Schneider & NVIDIA unveil AI factory blueprints, twins
Schneider Electric has expanded its work with NVIDIA on data centre infrastructure, releasing new validated design blueprints for gigawatt-scale "AI factories" and a reference design for NVIDIA's latest rack-scale systems.
The announcement also includes a digital twin architecture developed with AVEVA, Schneider Electric's industrial software business, and early testing of an agentic AI model for data centre alarm management.
Vera Rubin design
A new reference design covers power distribution and cooling for NVIDIA Vera Rubin NVL72 racks. It integrates with Schneider Electric controls reference designs and outlines an approach to supporting NVIDIA's rack-scale architectures.
It specifies 480 VAC power distribution and a higher supply temperature of 45°C for the technology cooling system loop. It also describes an IT room architecture in which clusters of AI racks share centralised networking, storage, CPU, and support racks.
The layout keeps each NVIDIA rack-scale system physically close together, while separating higher-voltage distribution for the GPU racks. Schneider Electric and NVIDIA present this as a route to larger clusters and more predictable power delivery.
The design also addresses GPU rack "operating points", including MaxP and MaxQ. The companies link MaxQ operation to higher token output per watt under power constraints, and to optimising performance through redundancy.
Validation uses ETAP models for electrical system design and ITD CFD models for data hall layout and airflow. The models assess electrical behaviour and thermal performance under defined design assumptions.
Digital twin stack
AVEVA and NVIDIA have developed a lifecycle digital twin architecture for large-scale AI factories, centred on NVIDIA Omniverse and the NVIDIA Omniverse DSX Blueprint ecosystem.
Schneider Electric plans to create "SimReady assets and digital twins" in NVIDIA Omniverse, supported by AVEVA software. Under the arrangement, AVEVA engineering and operations software is embedded across the NVIDIA Omniverse DSX Blueprint and ecosystem.
The work targets the period between design and production output, which the companies call "time-to-token". It also focuses on facility economics measured in tokens per megawatt.
In the proposed workflow, designers assemble a system architecture in Omniverse. AVEVA then runs multi-domain simulations covering power distribution, thermal dynamics, airflow performance, and controls. These simulations support iteration across different load and environmental conditions before construction begins.
Schneider Electric links the approach to fewer engineering cycles and improved deployment accuracy, and positions it as a way to reduce design risk for facilities built around large clusters of high-density compute.
"As AI workloads scale in both size and complexity, the margin for error in data center design becomes incredibly small," said Manish Kumar, Executive Vice President, Secure Power & Data Centres, Schneider Electric.
"Delivering AI at scale requires tightly integrated electrical, cooling and digital architectures that can support both unprecedented performance demands while maintaining peak energy efficiency. By combining advanced software, digital twins and validated reference designs, operators can simulate and optimize infrastructure before a single rack is deployed. This approach reduces risk, accelerates deployment and ensures the efficiency and resilience needed to power the next generation of AI factories."
NVIDIA described the joint work as a response to the infrastructure demands of larger AI deployments.
"Gigawatt-scale AI factories demand a fundamentally new class of energy-efficient and highly predictable infrastructure," said Vladimir Troy, Vice President of AI Infrastructure, NVIDIA. "Together, NVIDIA and Schneider Electric are providing the power, cooling, and digital twin architectures needed to accelerate time-to-token for our customers worldwide."
Alarm management
Schneider Electric has also tested NVIDIA's Nemotron model for agentic AI in a new alarm management service. It positions the work as addressing the challenge of interpreting alarms across multiple systems and identifying root causes in complex data centre environments.
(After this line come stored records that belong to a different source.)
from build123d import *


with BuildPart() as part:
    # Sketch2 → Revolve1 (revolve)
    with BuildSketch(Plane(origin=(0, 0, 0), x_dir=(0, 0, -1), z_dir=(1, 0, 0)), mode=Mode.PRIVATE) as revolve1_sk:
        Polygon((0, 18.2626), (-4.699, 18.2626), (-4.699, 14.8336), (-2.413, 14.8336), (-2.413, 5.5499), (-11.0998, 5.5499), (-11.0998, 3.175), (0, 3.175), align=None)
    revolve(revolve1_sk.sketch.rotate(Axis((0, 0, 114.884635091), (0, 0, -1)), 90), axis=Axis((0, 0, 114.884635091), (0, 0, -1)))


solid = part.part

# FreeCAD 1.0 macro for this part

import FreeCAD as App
import Part
import Sketcher

V = App.Vector
Q = App.Units.Quantity

doc = App.newDocument("Part")
body = doc.addObject("PartDesign::Body", "Body")

# Sketch on YZ plane
sketch1 = body.newObject("Sketcher::SketchObject", "Sketch")
sketch1.AttachmentSupport = (doc.getObject("YZ_Plane"), [""])
sketch1.MapMode = "FlatFace"
sketch1.addGeometry([
    Part.LineSegment(V(18.3, 0, 0), V(18.3, 4.7, 0)),  # 0
    Part.LineSegment(V(18.3, 4.7, 0), V(14.8, 4.7, 0)),  # 1
    Part.LineSegment(V(14.8, 4.7, 0), V(14.8, 2.4, 0)),  # 2
    Part.LineSegment(V(14.8, 2.4, 0), V(5.5, 2.4, 0)),  # 3
    Part.LineSegment(V(5.5, 2.4, 0), V(5.5, 11.1, 0)),  # 4
    Part.LineSegment(V(5.5, 11.1, 0), V(3.2, 11.1, 0)),  # 5
    Part.LineSegment(V(3.2, 11.1, 0), V(3.2, 0, 0)),  # 6
    Part.LineSegment(V(3.2, 0, 0), V(18.3, 0, 0)),  # 7
], False)
sketch1.addConstraint([
    Sketcher.Constraint("Coincident", 0, 2, 1, 1),
    Sketcher.Constraint("Coincident", 1, 2, 2, 1),
    Sketcher.Constraint("Coincident", 2, 2, 3, 1),
    Sketcher.Constraint("Coincident", 3, 2, 4, 1),
    Sketcher.Constraint("Coincident", 4, 2, 5, 1),
    Sketcher.Constraint("Coincident", 5, 2, 6, 1),
    Sketcher.Constraint("Coincident", 6, 2, 7, 1),
    Sketcher.Constraint("Coincident", 7, 2, 0, 1),
    Sketcher.Constraint("Vertical", 0),
    Sketcher.Constraint("Horizontal", 1),
    Sketcher.Constraint("Vertical", 2),
    Sketcher.Constraint("Horizontal", 3),
    Sketcher.Constraint("Vertical", 4),
    Sketcher.Constraint("Horizontal", 5),
    Sketcher.Constraint("Vertical", 6),
    Sketcher.Constraint("Horizontal", 7),
    Sketcher.Constraint("PointOnObject", 6, 2, -1),
    Sketcher.Constraint("DistanceY", 2, 2, 2, 1, Q("0.09 in")),
    Sketcher.Constraint("DistanceX", 1, 2, 1, 1, Q("0.135 in")),
    Sketcher.Constraint("DistanceX", 7, 1, 7, 2, Q("0.594 in")),
    Sketcher.Constraint("DistanceY", 0, 1, 0, 2, Q("0.185 in")),
    Sketcher.Constraint("DistanceY", 4, 1, 4, 2, Q("0.342 in")),
    Sketcher.Constraint("DistanceX", 3, 2, 3, 1, Q("0.3655 in")),
    Sketcher.Constraint("DistanceX", -1, 1, 0, 2, Q("0.719 in")),
])
revolution = body.newObject("PartDesign::Revolution", "Revolution")
revolution.Profile = sketch1
revolution.ReferenceAxis = (sketch1, ["V_Axis"])
revolution.Angle = 360

doc.recompute()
The approach ingests streaming IoT data from multiple systems and uses software tools to analyse conditions, diagnose issues, and recommend actions. The system is designed to operate alongside expert technicians and reduce unnecessary dispatches.
The Nemotron work builds on earlier joint activity with partners focused on digital twins and modelling. Examples cited include Switch's LDC EVO operating system, presented as working with NVIDIA Omniverse libraries and OpenUSD for real-time visibility across systems.
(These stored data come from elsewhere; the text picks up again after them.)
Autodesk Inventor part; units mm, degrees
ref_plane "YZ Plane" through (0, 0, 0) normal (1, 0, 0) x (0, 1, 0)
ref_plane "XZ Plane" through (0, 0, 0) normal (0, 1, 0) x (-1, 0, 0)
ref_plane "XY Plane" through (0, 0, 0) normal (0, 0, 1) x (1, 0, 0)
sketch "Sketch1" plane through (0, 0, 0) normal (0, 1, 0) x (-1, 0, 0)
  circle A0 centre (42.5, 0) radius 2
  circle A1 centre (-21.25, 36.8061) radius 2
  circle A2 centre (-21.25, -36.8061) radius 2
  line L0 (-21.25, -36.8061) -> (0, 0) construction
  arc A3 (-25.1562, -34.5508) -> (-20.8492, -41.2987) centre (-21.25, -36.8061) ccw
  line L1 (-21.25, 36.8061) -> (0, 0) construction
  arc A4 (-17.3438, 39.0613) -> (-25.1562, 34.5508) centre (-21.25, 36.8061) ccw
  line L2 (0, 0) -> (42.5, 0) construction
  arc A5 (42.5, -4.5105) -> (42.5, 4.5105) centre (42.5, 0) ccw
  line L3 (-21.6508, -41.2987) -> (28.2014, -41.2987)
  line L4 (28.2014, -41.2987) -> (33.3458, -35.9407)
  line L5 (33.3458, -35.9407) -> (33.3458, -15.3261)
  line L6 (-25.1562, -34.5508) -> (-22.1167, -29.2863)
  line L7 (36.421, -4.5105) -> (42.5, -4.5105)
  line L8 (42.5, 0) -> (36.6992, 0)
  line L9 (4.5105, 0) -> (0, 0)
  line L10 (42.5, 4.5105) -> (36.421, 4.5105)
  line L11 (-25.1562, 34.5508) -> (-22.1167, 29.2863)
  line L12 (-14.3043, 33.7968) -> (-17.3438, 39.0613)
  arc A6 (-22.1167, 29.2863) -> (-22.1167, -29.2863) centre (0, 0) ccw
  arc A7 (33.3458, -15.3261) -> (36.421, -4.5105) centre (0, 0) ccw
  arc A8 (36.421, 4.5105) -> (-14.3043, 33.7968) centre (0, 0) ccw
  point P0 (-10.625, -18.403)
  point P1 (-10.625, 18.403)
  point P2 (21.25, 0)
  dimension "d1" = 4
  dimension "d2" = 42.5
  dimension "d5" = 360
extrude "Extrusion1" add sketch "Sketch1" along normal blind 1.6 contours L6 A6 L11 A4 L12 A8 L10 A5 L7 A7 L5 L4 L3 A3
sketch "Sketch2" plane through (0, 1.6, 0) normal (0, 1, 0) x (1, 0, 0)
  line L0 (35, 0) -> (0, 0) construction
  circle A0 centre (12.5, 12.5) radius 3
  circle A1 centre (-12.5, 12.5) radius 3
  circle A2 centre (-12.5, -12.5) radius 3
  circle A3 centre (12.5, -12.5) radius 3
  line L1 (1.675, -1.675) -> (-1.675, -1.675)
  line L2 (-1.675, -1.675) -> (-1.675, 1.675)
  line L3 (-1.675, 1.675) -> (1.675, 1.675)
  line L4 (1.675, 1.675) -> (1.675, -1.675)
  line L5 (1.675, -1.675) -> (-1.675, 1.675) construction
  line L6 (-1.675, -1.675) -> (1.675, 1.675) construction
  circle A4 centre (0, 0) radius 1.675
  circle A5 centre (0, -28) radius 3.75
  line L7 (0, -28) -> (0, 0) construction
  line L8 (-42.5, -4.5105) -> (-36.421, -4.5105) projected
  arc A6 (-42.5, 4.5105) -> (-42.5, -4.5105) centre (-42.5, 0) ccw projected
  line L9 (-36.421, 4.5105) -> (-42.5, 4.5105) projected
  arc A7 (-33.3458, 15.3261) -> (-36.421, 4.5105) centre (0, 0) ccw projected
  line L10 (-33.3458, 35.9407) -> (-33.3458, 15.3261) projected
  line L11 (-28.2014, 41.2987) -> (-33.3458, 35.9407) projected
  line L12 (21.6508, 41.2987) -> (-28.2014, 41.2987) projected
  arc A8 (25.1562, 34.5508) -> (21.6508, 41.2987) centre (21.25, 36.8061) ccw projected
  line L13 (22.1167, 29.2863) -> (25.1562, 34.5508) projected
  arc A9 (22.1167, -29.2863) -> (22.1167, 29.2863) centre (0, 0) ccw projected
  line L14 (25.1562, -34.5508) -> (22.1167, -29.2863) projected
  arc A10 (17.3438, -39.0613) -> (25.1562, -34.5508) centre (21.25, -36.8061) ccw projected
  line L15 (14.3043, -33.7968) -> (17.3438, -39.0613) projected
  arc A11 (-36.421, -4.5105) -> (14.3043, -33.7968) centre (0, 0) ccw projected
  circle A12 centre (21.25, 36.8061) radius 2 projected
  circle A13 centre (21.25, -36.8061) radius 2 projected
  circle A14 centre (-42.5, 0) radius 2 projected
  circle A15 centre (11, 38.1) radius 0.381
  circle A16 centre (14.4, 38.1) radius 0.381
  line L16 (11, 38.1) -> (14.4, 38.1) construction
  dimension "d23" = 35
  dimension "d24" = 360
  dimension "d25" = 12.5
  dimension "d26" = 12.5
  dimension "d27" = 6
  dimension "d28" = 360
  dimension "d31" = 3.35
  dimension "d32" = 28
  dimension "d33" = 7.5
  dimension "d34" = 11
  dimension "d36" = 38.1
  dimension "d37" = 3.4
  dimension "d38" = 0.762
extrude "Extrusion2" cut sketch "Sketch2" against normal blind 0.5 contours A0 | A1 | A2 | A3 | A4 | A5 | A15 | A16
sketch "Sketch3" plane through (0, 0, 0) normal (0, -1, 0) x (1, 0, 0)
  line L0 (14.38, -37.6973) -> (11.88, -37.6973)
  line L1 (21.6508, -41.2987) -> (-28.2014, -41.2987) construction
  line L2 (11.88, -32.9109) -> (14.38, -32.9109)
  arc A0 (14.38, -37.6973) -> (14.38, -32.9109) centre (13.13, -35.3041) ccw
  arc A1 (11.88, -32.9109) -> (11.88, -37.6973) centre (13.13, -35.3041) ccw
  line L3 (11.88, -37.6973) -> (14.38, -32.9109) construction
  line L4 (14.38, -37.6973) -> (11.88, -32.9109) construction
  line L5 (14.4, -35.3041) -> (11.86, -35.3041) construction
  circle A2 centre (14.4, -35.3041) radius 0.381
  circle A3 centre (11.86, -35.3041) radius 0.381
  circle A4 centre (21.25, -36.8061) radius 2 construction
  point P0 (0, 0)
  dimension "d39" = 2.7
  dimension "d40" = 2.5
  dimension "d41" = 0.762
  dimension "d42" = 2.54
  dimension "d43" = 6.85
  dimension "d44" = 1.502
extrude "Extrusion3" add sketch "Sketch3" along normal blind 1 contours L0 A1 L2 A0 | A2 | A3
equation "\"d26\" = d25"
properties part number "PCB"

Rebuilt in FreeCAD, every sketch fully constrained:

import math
import FreeCAD as App
import Part
import Sketcher
from FreeCAD import Vector
Q = App.Units.Quantity

doc = App.newDocument("Part")
body = doc.addObject("PartDesign::Body", "Body")

# Sketch on XZ plane
sketch1 = doc.addObject("Sketcher::SketchObject", "Sketch")
body.addObject(sketch1)
sketch1.AttachmentSupport = (doc.XZ_Plane, [""])
sketch1.MapMode = "FlatFace"
sketch1.addGeometry(Part.LineSegment(Vector(22.1167, -29.2863, 0), Vector(25.1562, -34.5508, 0)), False)
sketch1.addGeometry(Part.ArcOfCircle(Part.Circle(Vector(21.25, -36.8061, 0), Vector(0, 0, 1), 4.510518), math.radians(-84.901947), math.radians(30.000598)), False)
sketch1.addGeometry(Part.LineSegment(Vector(21.6508, -41.2987, 0), Vector(-28.2014, -41.2987, 0)), False)
sketch1.addGeometry(Part.LineSegment(Vector(-28.2014, -41.2987, 0), Vector(-33.3458, -35.9407, 0)), False)
sketch1.addGeometry(Part.LineSegment(Vector(-33.3458, -35.9407, 0), Vector(-33.3458, -15.3261, 0)), False)
sketch1.addGeometry(Part.ArcOfCircle(Part.Circle(Vector(0.001158, 0.000428, 0), Vector(0, 0, 1), 36.700437), math.radians(-172.939802), math.radians(-155.316111)), False)
sketch1.addGeometry(Part.LineSegment(Vector(-36.421, -4.5105, 0), Vector(-42.5, -4.5105, 0)), False)
sketch1.addGeometry(Part.ArcOfCircle(Part.Circle(Vector(-42.5, 0, 0), Vector(0, 0, 1), 4.5105), math.radians(90), math.radians(270)), False)
sketch1.addGeometry(Part.LineSegment(Vector(-42.5, 4.5105, 0), Vector(-36.421, 4.5105, 0)), False)
sketch1.addGeometry(Part.ArcOfCircle(Part.Circle(Vector(0, 0, 0), Vector(0, 0, 1), 36.699261), math.radians(67.05977), math.radians(172.940242)), False)
sketch1.addGeometry(Part.LineSegment(Vector(14.3043, 33.7968, 0), Vector(17.3438, 39.0613, 0)), False)
sketch1.addGeometry(Part.ArcOfCircle(Part.Circle(Vector(21.25, 36.8061, 0), Vector(0, 0, 1), 4.510468), math.radians(-30.000598), math.radians(150.000502)), False)
sketch1.addGeometry(Part.LineSegment(Vector(25.1562, 34.5508, 0), Vector(22.1167, 29.2863, 0)), False)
Separately, ETAP has integrated electrical modelling into NVIDIA Omniverse. Schneider Electric, ETAP, and AVEVA have also joined the Alliance for OpenUSD, aligning on interoperable digital twin assets and simulation-ready 3D models.
Schneider Electric has backed an industry shift towards 800 VDC power architectures under an NVIDIA-led transition as rack power densities increase. It has also released reference designs tied to NVIDIA Mission Control and NVIDIA GB300 NVL72 that incorporate ETAP and EcoStruxure IT Design CFD models, focusing on simulating power and cooling scenarios for different deployments.
Further work between Schneider Electric, AVEVA, and NVIDIA will focus on validated design patterns, simulations, and operational software as data centre operators plan larger AI clusters and higher electrical and cooling loads.